Saved entries:
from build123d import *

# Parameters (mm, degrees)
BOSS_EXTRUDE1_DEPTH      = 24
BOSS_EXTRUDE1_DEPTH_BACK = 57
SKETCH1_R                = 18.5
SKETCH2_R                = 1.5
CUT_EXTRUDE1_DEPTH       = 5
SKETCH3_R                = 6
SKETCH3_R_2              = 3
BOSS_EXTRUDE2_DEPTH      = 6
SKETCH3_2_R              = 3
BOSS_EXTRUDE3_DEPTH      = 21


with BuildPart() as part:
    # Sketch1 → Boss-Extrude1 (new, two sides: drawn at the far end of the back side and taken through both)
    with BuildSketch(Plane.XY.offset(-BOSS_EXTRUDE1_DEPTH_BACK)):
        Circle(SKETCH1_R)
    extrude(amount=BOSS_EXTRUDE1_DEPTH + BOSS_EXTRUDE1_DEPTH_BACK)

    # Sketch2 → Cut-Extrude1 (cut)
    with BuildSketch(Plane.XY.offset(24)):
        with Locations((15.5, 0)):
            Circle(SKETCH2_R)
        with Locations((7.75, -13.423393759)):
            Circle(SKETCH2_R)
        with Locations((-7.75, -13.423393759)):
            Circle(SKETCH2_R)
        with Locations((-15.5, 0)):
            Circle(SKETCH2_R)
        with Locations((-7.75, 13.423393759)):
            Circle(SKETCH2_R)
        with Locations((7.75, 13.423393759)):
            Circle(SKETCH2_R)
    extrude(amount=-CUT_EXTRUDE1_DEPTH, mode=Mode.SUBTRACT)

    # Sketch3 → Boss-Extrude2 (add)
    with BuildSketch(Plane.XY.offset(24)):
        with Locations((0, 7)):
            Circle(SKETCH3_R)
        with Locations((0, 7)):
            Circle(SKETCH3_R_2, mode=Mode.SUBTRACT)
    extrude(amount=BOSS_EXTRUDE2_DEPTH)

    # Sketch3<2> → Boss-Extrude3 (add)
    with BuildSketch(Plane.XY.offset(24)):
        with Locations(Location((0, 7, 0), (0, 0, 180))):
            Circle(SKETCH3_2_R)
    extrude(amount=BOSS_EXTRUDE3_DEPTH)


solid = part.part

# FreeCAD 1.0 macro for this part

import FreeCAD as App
import Part
import Sketcher
Q = App.Units.Quantity

doc = App.newDocument("Part")
params = doc.addObject("Spreadsheet::Sheet", "Params")
for row, (alias, value) in enumerate([
    ("sketch1_diameter", "37 mm"),
    ("pad1_length", "24 mm"),
    ("pad1_length2", "57 mm"),
    ("sketch2_diameter", "3 mm"),
    ("pocket1_length", "5 mm"),
    ("sketch3_diameter", "12 mm"),
    ("sketch3_diameter2", "6 mm"),
    ("pad2_length", "6 mm"),
    ("sketch4_diameter", "6 mm"),
    ("pad3_length", "21 mm"),
], start=1):
    params.set(f"A{row}", alias)
    params.set(f"B{row}", "=" + value)
    params.setAlias(f"B{row}", alias)

body = doc.addObject("PartDesign::Body", "Body")

sketch1 = body.newObject("Sketcher::SketchObject", "Sketch")
sketch1.AttachmentSupport = (doc.getObject("XY_Plane"), [""])
sketch1.MapMode = "FlatFace"
sketch1.addGeometry(Part.Circle(App.Vector(0, 0, 0), App.Vector(0, 0, 1), 18), False)
sketch1.addConstraint([
    Sketcher.Constraint("Coincident", 0, 3, -1, 1),
    Sketcher.Constraint("Diameter", 0, Q("37 mm")),
])
sketch1.setExpression("Constraints[1]", "Params.sketch1_diameter")
pad1 = body.newObject("PartDesign::Pad", "Pad")
pad1.Profile = sketch1
pad1.Type = "TwoLengths"
pad1.setExpression("Length", "Params.pad1_length")
pad1.setExpression("Length2", "Params.pad1_length2")

sketch2 = body.newObject("Sketcher::SketchObject", "Sketch001")
sketch2.AttachmentSupport = (doc.getObject("XY_Plane"), [""])
sketch2.MapMode = "FlatFace"
sketch2.AttachmentOffset = App.Placement(App.Vector(0, 0, 24), App.Rotation())
sketch2.addGeometry([
    Part.Circle(App.Vector(15.5, 0, 0), App.Vector(0, 0, 1), 1.5),
    Part.Circle(App.Vector(7.8, -13.4, 0), App.Vector(0, 0, 1), 1.5),
    Part.Circle(App.Vector(-7.8, -13.4, 0), App.Vector(0, 0, 1), 1.5),
    Part.Circle(App.Vector(-15.5, 0, 0), App.Vector(0, 0, 1), 1.5),
    Part.Circle(App.Vector(-7.8, 13.4, 0), App.Vector(0, 0, 1), 1.5),
    Part.Circle(App.Vector(7.8, 13.4, 0), App.Vector(0, 0, 1), 1.5),
], False)
sketch2.addConstraint([
    Sketcher.Constraint("Equal", 0, 1),
    Sketcher.Constraint("Equal", 1, 2),
    Sketcher.Constraint("Equal", 2, 3),
    Sketcher.Constraint("Equal", 3, 4),
    Sketcher.Constraint("Equal", 4, 5),
    Sketcher.Constraint("Symmetric", 0, 3, 3, 3, -1, 1),
    Sketcher.Constraint("Symmetric", 1, 3, 4, 3, -1, 1),
    Sketcher.Constraint("Symmetric", 2, 3, 5, 3, -1, 1),
    Sketcher.Constraint("Symmetric", 1, 3, 2, 3, -2),
    Sketcher.Constraint("PointOnObject", 0, 3, -1),
    Sketcher.Constraint("Diameter", 0, Q("3 mm")),
    Sketcher.Constraint("DistanceX", 3, 3, 0, 3, Q("31 mm")),
    Sketcher.Constraint("DistanceX", 2, 3, 1, 3, Q("15.5 mm")),
    Sketcher.Constraint("DistanceY", 1, 3, -1, 1, Q("13.423394 mm")),
])
sketch2.setExpression("Constraints[10]", "Params.sketch2_diameter")
pocket1 = body.newObject("PartDesign::Pocket", "Pocket")
pocket1.Profile = sketch2
pocket1.setExpression("Length", "Params.pocket1_length")

sketch3 = body.newObject("Sketcher::SketchObject", "Sketch002")
sketch3.AttachmentSupport = (doc.getObject("XY_Plane"), [""])
sketch3.MapMode = "FlatFace"
sketch3.AttachmentOffset = App.Placement(App.Vector(0, 0, 24), App.Rotation())
sketch3.addGeometry([
    Part.Circle(App.Vector(0, 7, 0), App.Vector(0, 0, 1), 6),
    Part.Circle(App.Vector(0, 7, 0), App.Vector(0, 0, 1), 3),
], False)
sketch3.addConstraint([
    Sketcher.Constraint("Coincident", 1, 3, 0, 3),
    Sketcher.Constraint("PointOnObject", 0, 3, -2),
    Sketcher.Constraint("Diameter", 0, Q("12 mm")),
    Sketcher.Constraint("Diameter", 1, Q("6 mm")),
    Sketcher.Constraint("DistanceY", -1, 1, 0, 3, Q("7 mm")),
])
sketch3.setExpression("Constraints[2]", "Params.sketch3_diameter")
sketch3.setExpression("Constraints[3]", "Params.sketch3_diameter2")
pad2 = body.newObject("PartDesign::Pad", "Pad001")
pad2.Profile = sketch3
pad2.setExpression("Length", "Params.pad2_length")

sketch4 = body.newObject("Sketcher::SketchObject", "Sketch003")
sketch4.AttachmentSupport = (doc.getObject("XY_Plane"), [""])
sketch4.MapMode = "FlatFace"
sketch4.AttachmentOffset = App.Placement(App.Vector(0, 0, 24), App.Rotation())
sketch4.addGeometry(Part.Circle(App.Vector(0, 7, 0), App.Vector(0, 0, 1), 3), False)
sketch4.addConstraint([
    Sketcher.Constraint("PointOnObject", 0, 3, -2),
    Sketcher.Constraint("Diameter", 0, Q("6 mm")),
    Sketcher.Constraint("DistanceY", -1, 1, 0, 3, Q("7 mm")),
])
sketch4.setExpression("Constraints[1]", "Params.sketch4_diameter")
pad3 = body.newObject("PartDesign::Pad", "Pad002")
pad3.Profile = sketch4
pad3.setExpression("Length", "Params.pad3_length")

doc.recompute()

Task:
In the records above, find the line with "Circle(SKETCH3_R)"; write out exactly that line and each one after it, stopping after the line with "# FreeCAD 1.0 macro for this part".

Problem solution:
            Circle(SKETCH3_R)
        with Locations((0, 7)):
            Circle(SKETCH3_R_2, mode=Mode.SUBTRACT)
    extrude(amount=BOSS_EXTRUDE2_DEPTH)

    # Sketch3<2> → Boss-Extrude3 (add)
    with BuildSketch(Plane.XY.offset(24)):
        with Locations(Location((0, 7, 0), (0, 0, 180))):
            Circle(SKETCH3_2_R)
    extrude(amount=BOSS_EXTRUDE3_DEPTH)


solid = part.part

# FreeCAD 1.0 macro for this part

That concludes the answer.